Securing CO2 storage in fractured reservoirs: Intelligent characterization of critical natural fracture pathways

Accurate characterization of natural fractures (NF) in depleted reservoirs is critical for mitigating CO₂ leakage risks during Carbon Capture, Utilization and Storage (CCUS) deployment. However, conventional methods fail to address the core challenge of reliably segmenting fragmented fracture networks in Electrical Imaging Logging (EIL) images, leading to significant uncertainties in storage integrity assessment. To overcome this limitation, we propose a novel dual-core intelligent framework integrating prior knowledge-guided graph representation and graph contrastive learning.
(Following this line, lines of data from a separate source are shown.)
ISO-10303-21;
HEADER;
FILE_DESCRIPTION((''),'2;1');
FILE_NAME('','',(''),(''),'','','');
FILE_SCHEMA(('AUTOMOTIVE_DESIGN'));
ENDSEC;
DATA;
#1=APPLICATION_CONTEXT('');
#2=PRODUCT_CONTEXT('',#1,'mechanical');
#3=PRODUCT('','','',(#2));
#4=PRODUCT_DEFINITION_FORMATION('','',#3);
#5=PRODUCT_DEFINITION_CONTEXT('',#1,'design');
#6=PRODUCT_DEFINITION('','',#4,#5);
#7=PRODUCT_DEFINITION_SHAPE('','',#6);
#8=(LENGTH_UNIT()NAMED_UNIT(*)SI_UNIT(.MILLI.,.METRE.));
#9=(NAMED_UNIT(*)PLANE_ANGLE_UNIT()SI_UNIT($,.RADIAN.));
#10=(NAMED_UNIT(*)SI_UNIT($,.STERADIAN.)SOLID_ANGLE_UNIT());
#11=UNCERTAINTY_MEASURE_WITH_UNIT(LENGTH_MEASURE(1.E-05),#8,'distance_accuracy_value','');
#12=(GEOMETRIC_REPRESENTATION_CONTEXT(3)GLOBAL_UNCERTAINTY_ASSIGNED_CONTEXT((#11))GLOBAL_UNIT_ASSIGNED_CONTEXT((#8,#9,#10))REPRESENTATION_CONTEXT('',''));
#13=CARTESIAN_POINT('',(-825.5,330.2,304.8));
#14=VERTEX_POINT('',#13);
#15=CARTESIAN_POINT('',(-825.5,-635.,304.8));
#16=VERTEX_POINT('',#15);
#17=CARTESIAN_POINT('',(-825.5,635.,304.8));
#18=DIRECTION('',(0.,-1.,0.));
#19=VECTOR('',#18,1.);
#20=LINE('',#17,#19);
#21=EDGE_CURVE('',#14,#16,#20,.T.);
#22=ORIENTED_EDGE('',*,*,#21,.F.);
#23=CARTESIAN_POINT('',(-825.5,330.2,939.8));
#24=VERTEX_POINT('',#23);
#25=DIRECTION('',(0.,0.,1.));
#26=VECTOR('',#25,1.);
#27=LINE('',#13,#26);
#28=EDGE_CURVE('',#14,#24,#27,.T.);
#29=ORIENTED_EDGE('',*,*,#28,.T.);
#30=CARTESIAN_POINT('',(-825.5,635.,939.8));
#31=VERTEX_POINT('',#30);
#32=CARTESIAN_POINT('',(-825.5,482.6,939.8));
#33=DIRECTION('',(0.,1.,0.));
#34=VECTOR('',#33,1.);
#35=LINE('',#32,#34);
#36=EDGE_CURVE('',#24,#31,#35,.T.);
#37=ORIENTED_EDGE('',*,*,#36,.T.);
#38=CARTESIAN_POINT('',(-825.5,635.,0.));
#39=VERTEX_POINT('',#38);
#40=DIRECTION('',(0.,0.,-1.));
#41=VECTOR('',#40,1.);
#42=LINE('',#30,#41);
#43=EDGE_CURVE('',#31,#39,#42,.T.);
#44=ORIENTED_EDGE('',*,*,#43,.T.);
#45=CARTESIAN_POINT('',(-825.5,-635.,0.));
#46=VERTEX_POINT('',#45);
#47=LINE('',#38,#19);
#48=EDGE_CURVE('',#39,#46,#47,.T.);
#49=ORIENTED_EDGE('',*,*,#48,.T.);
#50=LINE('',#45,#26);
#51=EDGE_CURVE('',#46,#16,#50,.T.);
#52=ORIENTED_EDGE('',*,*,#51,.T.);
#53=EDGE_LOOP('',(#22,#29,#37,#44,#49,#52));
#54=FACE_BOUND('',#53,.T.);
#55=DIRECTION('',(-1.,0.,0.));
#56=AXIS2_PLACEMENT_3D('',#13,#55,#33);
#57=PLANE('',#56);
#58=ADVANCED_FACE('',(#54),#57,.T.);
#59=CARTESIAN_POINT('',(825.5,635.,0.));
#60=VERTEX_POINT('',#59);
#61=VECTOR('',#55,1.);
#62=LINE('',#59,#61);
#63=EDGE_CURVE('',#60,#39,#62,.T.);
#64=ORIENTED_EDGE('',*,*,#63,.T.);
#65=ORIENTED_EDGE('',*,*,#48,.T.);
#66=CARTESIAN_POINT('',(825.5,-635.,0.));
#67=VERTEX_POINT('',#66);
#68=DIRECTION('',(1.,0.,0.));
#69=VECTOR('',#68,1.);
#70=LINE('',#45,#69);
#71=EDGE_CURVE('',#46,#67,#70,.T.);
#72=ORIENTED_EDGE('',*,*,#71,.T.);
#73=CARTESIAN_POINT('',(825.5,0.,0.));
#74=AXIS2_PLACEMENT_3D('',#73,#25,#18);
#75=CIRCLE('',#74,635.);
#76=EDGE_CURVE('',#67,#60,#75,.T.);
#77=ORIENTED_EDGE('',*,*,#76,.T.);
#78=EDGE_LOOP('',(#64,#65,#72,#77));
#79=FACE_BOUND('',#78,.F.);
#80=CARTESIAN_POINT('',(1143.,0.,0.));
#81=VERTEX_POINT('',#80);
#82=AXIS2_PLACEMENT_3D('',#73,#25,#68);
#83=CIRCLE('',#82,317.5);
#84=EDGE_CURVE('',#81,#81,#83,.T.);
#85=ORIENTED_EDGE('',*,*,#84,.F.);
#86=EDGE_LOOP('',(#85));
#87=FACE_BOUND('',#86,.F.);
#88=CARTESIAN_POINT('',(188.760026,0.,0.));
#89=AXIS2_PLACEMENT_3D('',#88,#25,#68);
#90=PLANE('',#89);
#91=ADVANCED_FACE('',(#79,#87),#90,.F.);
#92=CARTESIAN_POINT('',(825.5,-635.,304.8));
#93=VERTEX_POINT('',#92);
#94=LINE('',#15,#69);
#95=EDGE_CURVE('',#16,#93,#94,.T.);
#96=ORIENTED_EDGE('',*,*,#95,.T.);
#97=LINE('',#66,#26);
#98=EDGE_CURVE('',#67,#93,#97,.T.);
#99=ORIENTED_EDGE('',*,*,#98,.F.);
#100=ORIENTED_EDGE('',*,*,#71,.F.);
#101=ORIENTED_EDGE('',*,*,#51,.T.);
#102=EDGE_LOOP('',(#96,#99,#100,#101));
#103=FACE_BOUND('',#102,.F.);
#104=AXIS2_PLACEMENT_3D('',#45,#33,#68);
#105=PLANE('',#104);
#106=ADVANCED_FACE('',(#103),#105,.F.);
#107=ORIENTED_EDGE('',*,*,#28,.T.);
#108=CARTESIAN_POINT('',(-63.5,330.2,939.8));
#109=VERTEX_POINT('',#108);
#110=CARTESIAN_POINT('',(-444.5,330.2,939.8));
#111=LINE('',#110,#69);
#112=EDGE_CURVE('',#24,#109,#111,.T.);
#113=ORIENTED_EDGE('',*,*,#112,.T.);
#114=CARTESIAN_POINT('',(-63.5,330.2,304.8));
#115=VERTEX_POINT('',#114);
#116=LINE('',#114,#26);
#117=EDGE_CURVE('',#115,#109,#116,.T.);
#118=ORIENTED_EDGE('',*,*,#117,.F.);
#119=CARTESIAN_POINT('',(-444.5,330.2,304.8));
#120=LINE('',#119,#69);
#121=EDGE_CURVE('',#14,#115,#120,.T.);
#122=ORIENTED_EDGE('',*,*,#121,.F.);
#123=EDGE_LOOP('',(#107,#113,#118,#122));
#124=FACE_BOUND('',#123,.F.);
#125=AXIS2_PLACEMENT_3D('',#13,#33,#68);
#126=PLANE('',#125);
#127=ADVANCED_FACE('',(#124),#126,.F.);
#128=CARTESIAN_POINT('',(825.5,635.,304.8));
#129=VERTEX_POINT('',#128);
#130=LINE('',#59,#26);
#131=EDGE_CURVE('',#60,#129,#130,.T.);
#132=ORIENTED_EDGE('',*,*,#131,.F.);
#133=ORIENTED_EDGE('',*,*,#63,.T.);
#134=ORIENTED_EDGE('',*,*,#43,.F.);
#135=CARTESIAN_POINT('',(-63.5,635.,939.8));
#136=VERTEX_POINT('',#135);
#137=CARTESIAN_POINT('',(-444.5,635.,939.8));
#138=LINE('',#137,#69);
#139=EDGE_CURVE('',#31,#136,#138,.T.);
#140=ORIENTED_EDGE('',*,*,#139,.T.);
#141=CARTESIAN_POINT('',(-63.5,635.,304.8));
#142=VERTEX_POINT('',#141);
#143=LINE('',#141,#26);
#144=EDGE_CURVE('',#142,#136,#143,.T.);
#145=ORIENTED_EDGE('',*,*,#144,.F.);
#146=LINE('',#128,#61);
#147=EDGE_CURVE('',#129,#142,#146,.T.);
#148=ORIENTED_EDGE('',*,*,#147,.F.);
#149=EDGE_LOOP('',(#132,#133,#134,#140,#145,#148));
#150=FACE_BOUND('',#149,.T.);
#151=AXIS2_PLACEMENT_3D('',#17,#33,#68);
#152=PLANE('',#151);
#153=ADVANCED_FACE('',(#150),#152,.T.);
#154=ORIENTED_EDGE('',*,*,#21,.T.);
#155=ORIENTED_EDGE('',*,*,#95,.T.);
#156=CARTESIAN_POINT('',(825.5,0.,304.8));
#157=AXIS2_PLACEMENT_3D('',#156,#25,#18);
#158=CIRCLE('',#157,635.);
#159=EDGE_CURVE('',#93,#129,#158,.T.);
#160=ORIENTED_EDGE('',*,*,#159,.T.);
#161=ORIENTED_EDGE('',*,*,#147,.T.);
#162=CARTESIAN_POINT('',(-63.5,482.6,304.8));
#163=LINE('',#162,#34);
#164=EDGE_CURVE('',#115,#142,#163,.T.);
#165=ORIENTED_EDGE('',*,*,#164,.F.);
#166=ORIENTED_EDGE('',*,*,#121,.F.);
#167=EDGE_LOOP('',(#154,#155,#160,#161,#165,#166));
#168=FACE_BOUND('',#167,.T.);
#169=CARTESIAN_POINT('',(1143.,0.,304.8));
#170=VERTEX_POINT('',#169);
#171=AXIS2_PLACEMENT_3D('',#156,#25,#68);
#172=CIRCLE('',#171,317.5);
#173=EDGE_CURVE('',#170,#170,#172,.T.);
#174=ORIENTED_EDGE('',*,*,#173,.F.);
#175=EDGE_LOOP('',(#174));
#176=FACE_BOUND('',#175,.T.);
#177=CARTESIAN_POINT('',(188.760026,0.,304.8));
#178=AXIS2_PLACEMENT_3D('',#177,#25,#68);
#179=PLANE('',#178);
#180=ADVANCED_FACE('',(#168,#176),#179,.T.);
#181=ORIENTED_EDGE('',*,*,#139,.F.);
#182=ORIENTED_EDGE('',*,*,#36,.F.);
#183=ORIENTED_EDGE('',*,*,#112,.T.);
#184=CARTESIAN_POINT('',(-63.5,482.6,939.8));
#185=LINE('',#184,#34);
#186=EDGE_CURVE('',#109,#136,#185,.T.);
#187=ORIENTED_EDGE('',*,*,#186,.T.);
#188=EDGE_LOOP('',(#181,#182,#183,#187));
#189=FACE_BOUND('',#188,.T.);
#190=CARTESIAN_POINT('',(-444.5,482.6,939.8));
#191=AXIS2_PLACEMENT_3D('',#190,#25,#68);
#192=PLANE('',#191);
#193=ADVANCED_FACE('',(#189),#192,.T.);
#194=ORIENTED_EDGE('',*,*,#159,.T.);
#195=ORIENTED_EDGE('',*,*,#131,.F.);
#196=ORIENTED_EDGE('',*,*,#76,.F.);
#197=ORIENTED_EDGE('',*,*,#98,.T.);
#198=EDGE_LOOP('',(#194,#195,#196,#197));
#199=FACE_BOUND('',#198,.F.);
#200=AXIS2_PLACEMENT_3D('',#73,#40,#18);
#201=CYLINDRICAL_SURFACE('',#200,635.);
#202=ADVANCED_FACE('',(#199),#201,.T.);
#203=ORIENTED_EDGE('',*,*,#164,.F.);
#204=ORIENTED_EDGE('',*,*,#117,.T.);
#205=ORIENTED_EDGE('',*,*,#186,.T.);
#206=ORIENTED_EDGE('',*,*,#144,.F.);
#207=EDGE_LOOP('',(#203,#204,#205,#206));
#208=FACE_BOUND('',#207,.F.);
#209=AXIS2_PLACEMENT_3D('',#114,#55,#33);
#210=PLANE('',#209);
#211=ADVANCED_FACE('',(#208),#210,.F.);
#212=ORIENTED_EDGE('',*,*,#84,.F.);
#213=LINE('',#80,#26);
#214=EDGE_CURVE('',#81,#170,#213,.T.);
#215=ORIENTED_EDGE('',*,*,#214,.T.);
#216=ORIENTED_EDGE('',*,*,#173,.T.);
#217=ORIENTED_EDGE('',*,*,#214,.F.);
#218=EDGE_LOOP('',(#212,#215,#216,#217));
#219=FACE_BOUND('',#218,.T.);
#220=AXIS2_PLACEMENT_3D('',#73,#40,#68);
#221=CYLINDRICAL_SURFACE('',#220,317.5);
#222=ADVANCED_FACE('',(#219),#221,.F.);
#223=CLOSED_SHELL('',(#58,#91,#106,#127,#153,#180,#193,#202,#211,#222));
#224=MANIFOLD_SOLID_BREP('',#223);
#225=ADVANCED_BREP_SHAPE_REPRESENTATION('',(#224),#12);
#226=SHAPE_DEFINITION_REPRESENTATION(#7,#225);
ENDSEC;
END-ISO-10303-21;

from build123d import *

# Parameters (mm, degrees)
F0_R     = 317.5
F1_DEPTH = 304.8
F2_W     = 762
F2_H     = 304.8
F3_DEPTH = 635


with BuildPart() as f1:
    # F0 (on Top) → F1 (new body)
    with BuildSketch(Plane.XY):
        with BuildLine():
            Line((-825.5, -635), (825.5, -635))
            ThreePointArc((825.5, -635), (1460.5, 0), (825.5, 635))
            Line((825.5, 635), (-825.5, 635))
            Line((-825.5, 635), (-825.5, -635))
        make_face()
        with Locations((825.5, 0)):
            Circle(F0_R, mode=Mode.SUBTRACT)
    extrude(amount=F1_DEPTH)

    # F2 (on face) → F3 (join)
    with BuildSketch(Plane.XY.offset(304.8)):
        with Locations((-444.5, 482.6)):
            Rectangle(F2_W, F2_H)
    extrude(amount=F3_DEPTH)


solid = f1.part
Specifically, NF features are extracted via pixel-node transformed path-graphs that explicitly encode spatial attributes (e.g., fracture density, azimuth), followed by knowledge-based multi-threshold denoising to eliminate non-conductive artifacts. Crucially, a graph contrastive learning model is introduced to analyze morphological dependencies among fracture nodes, enabling robust matching of fragmented segments under subtle variations—a capability unattainable by traditional machine learning methods. Validated with field data from Southwest China, our approach achieves a breakthrough accuracy of 96.37% in fracture identification, significantly outperforming existing techniques. This study contributes the scalable solution for reconstructing complete NF networks from fragmented EIL images, providing reliable characterization of critical CO₂ leakage pathways. By ensuring reliable reservoir potential assessment, our method directly enhances storage security and advances the safe deployment of carbon sequestration in renewable energy transition initiatives.